Task goal: If a line contains "v 73.811 70.857 6.35", it is the last one to write out; begin with the first line of the records and copy each exactly.

Saved data entries:
════

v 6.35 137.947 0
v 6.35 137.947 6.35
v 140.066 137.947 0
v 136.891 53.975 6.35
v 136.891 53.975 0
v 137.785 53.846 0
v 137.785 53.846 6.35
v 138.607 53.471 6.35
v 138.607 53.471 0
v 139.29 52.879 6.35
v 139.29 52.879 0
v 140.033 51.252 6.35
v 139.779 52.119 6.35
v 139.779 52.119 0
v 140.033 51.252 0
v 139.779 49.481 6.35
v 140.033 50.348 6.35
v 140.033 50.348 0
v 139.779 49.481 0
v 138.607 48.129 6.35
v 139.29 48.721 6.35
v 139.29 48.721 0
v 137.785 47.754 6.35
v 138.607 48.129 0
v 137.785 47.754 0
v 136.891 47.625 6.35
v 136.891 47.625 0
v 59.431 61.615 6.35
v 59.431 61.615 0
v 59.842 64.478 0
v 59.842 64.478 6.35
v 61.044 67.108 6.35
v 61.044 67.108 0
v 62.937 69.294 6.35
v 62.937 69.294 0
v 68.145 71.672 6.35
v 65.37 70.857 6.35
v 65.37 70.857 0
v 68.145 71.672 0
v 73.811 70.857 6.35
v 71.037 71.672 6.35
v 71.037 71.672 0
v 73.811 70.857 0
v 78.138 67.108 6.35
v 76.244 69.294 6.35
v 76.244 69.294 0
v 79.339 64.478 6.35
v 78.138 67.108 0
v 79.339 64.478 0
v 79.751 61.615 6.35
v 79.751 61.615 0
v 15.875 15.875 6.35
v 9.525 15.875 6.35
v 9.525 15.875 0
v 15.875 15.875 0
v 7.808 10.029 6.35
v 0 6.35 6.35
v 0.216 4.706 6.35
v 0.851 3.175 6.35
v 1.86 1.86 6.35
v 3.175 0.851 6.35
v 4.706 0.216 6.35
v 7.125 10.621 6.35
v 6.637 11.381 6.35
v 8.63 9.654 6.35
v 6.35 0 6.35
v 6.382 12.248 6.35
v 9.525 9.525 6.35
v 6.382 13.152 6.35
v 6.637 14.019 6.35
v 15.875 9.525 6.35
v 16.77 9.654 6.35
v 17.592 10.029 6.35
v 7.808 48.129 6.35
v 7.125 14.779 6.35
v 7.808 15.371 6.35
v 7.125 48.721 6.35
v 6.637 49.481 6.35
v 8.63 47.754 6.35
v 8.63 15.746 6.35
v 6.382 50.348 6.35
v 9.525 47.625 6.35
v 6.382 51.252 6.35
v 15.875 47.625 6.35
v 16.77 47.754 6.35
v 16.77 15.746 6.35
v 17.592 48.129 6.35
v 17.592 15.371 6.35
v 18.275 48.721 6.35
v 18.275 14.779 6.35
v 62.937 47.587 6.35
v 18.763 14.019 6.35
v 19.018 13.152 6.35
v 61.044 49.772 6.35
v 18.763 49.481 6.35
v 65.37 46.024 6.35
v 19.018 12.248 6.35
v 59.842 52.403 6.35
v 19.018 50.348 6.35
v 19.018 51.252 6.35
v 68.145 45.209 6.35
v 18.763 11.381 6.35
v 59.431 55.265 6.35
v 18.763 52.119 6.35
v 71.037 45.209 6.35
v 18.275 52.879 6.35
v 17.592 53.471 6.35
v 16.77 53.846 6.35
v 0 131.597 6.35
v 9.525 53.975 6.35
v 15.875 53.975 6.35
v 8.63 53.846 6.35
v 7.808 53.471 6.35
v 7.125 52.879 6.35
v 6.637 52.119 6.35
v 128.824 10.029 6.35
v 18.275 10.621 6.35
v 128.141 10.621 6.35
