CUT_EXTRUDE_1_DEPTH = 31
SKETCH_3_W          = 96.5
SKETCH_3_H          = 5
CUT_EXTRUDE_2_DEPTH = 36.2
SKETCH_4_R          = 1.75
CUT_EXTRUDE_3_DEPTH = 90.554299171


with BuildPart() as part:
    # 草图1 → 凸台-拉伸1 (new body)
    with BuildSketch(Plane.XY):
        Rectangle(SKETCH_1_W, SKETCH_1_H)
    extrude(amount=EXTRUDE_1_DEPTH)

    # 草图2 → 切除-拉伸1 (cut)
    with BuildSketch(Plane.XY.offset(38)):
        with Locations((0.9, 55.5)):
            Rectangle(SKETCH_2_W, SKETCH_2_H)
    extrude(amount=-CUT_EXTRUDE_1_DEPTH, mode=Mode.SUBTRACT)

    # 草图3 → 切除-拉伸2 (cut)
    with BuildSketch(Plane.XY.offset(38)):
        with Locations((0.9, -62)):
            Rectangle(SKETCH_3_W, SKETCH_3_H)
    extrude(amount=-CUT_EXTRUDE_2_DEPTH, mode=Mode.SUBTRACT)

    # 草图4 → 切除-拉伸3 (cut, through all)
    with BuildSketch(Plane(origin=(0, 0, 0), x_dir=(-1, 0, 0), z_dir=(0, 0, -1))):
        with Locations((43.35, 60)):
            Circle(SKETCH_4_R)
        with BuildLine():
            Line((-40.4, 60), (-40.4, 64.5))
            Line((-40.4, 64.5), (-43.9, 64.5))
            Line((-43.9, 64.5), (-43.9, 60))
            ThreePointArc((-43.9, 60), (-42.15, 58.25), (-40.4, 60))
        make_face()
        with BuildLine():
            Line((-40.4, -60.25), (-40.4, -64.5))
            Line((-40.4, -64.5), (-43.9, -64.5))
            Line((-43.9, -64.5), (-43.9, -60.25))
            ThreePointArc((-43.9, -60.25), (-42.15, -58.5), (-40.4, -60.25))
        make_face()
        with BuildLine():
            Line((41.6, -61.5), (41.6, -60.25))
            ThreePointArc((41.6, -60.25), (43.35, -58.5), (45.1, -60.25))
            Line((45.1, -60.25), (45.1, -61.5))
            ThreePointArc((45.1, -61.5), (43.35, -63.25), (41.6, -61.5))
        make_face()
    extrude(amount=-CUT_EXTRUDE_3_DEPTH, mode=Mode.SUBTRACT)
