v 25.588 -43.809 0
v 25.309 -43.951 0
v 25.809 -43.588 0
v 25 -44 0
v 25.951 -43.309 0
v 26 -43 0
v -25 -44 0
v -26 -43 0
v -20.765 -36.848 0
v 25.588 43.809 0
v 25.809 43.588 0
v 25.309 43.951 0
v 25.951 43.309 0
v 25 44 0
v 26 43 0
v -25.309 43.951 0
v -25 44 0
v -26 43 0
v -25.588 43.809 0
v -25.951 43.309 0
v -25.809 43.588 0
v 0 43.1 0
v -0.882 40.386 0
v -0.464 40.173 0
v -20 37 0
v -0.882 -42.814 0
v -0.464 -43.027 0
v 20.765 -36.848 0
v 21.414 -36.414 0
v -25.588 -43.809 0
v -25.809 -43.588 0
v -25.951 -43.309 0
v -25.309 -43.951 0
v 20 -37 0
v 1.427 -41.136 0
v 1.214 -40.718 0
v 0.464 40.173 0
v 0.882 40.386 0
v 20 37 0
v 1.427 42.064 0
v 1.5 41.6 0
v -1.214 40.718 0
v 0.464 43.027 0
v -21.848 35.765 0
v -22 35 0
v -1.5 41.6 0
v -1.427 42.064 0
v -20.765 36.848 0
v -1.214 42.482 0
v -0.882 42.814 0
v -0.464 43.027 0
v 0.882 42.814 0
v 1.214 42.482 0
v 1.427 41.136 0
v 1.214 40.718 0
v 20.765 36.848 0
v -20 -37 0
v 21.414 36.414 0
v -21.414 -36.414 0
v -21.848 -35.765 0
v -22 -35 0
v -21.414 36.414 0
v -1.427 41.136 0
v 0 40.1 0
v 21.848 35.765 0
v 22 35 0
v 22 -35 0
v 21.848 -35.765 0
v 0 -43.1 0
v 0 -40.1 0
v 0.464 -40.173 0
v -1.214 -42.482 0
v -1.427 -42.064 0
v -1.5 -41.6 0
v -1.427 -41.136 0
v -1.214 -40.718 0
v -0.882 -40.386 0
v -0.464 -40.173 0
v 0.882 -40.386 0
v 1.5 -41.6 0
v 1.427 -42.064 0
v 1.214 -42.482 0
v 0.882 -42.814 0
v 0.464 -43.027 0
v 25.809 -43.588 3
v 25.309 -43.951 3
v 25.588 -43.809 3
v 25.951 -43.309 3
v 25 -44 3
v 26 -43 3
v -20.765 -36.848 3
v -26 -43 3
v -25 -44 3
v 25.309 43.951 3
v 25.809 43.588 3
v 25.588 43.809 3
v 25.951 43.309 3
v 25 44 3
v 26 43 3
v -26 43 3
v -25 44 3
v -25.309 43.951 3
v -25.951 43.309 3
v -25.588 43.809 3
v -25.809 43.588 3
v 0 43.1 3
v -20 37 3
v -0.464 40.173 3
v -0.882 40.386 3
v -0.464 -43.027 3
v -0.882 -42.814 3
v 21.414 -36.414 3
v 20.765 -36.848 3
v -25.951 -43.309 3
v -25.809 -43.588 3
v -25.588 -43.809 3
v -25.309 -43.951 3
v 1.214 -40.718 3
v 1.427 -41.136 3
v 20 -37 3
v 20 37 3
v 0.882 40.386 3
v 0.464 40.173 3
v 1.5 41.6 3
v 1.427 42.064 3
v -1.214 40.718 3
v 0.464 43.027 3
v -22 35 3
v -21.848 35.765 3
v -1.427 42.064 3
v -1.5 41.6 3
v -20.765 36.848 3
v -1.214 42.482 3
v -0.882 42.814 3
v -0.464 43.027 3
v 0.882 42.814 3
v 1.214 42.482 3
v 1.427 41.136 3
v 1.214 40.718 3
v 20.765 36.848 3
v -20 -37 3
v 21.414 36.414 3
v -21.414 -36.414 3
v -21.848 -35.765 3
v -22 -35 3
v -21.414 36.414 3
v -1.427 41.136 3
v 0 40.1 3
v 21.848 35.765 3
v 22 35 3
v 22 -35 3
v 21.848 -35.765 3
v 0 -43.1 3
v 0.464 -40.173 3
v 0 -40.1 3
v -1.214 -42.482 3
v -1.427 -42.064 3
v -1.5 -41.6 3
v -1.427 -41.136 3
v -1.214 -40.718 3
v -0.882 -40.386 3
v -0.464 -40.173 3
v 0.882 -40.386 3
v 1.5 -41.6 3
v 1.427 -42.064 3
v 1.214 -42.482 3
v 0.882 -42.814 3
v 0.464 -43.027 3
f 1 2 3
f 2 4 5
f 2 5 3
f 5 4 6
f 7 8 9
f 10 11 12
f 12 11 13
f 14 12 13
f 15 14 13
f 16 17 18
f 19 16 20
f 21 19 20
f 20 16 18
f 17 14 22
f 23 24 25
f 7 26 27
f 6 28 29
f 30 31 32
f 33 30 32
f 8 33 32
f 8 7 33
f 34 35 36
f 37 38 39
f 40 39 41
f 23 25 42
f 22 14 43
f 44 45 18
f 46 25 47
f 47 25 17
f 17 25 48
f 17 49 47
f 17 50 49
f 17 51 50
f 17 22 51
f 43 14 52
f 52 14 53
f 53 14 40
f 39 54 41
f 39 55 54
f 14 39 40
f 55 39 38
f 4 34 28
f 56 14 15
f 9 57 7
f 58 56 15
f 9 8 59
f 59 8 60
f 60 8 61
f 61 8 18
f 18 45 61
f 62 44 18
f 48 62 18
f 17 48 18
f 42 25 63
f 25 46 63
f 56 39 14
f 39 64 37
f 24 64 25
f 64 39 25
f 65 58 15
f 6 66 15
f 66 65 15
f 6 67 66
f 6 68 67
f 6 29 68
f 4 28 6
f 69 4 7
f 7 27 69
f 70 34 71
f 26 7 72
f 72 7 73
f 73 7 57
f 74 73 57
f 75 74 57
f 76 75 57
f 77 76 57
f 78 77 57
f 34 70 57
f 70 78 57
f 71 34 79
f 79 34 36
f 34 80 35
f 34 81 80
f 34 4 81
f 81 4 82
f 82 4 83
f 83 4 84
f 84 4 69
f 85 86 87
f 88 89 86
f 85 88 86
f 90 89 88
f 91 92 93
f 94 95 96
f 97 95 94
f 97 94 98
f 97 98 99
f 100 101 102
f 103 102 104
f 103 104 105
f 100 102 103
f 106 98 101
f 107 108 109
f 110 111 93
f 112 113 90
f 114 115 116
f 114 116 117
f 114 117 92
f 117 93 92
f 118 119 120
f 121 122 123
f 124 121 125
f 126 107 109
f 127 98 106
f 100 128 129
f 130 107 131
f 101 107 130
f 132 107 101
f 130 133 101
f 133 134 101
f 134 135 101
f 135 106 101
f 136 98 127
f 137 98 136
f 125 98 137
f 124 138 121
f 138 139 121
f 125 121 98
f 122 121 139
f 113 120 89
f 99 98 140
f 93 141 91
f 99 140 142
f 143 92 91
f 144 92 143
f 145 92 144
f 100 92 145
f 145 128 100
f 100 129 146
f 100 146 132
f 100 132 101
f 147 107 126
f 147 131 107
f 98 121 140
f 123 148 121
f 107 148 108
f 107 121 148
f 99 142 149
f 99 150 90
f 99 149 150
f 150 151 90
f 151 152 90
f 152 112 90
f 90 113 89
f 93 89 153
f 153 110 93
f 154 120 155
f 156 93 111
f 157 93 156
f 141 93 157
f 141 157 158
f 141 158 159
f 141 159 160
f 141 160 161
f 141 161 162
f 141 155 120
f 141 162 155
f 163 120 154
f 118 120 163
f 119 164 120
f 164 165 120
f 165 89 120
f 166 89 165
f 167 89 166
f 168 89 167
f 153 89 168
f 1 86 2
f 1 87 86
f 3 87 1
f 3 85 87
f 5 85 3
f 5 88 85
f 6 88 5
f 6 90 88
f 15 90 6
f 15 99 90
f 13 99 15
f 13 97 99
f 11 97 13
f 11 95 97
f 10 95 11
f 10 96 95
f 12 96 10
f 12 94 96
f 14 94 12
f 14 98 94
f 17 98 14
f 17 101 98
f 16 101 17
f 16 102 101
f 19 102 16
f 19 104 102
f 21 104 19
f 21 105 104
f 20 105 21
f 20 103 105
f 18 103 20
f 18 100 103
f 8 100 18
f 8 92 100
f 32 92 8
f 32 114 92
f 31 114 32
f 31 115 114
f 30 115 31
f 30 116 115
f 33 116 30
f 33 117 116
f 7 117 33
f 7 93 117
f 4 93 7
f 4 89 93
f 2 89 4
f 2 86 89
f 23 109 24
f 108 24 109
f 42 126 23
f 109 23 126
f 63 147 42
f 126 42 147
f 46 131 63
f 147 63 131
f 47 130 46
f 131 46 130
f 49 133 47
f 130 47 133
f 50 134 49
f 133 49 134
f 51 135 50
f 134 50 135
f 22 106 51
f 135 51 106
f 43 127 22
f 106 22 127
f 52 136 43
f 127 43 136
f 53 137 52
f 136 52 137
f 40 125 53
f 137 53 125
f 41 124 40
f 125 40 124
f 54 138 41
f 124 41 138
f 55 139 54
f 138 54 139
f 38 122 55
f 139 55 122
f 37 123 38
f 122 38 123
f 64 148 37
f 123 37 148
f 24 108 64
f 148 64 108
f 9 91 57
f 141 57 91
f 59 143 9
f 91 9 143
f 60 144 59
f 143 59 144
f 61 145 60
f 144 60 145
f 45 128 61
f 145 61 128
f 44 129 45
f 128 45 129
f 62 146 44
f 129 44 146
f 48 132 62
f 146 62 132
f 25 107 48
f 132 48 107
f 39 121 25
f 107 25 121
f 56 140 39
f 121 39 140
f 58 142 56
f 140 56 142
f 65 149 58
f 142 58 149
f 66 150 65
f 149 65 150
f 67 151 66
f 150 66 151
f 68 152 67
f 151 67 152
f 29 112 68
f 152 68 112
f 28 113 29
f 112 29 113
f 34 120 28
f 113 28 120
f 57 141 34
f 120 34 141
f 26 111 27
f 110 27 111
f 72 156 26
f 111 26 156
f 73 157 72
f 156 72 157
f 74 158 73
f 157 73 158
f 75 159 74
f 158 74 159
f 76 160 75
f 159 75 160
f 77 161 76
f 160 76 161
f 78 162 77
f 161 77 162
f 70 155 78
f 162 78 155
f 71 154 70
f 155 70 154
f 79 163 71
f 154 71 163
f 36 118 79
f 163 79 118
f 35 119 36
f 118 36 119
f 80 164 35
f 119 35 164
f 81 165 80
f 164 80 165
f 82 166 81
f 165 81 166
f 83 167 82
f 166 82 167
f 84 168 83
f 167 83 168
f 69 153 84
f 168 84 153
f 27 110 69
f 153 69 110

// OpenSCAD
*
  difference(){
    translate([-5,-4]) cube([10,8,6]);
    translate([0,0,-.01]) cylinder(d=4,h=6.02,$fn=20);
}
linear_extrude(3)
difference(){
  translate([-25,-43]) minkowski(){
    square([50,86]);
    circle(d=2,$fn=20);
  }
  minkowski(){
    square([40,70],center=true);
    circle(r=2,$fn=16);
  }
  for(x=[0],y=[41.6,-41.6])
    translate([x,y]) circle(d=3,$fn=20);
  for(x=[-16,-11,6,11],y=[-52.5,52.5])
    translate([x,y]) circle(d=4,$fn=20);
}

════

Response below:
v 6.35 137.947 0
v 6.35 137.947 6.35
v 140.066 137.947 0
v 136.891 53.975 6.35
v 136.891 53.975 0
v 137.785 53.846 0
v 137.785 53.846 6.35
v 138.607 53.471 6.35
v 138.607 53.471 0
v 139.29 52.879 6.35
v 139.29 52.879 0
v 140.033 51.252 6.35
v 139.779 52.119 6.35
v 139.779 52.119 0
v 140.033 51.252 0
v 139.779 49.481 6.35
v 140.033 50.348 6.35
v 140.033 50.348 0
v 139.779 49.481 0
v 138.607 48.129 6.35
v 139.29 48.721 6.35
v 139.29 48.721 0
v 137.785 47.754 6.35
v 138.607 48.129 0
v 137.785 47.754 0
v 136.891 47.625 6.35
v 136.891 47.625 0
v 59.431 61.615 6.35
v 59.431 61.615 0
v 59.842 64.478 0
v 59.842 64.478 6.35
v 61.044 67.108 6.35
v 61.044 67.108 0
v 62.937 69.294 6.35
v 62.937 69.294 0
v 68.145 71.672 6.35
v 65.37 70.857 6.35
v 65.37 70.857 0
v 68.145 71.672 0
v 73.811 70.857 6.35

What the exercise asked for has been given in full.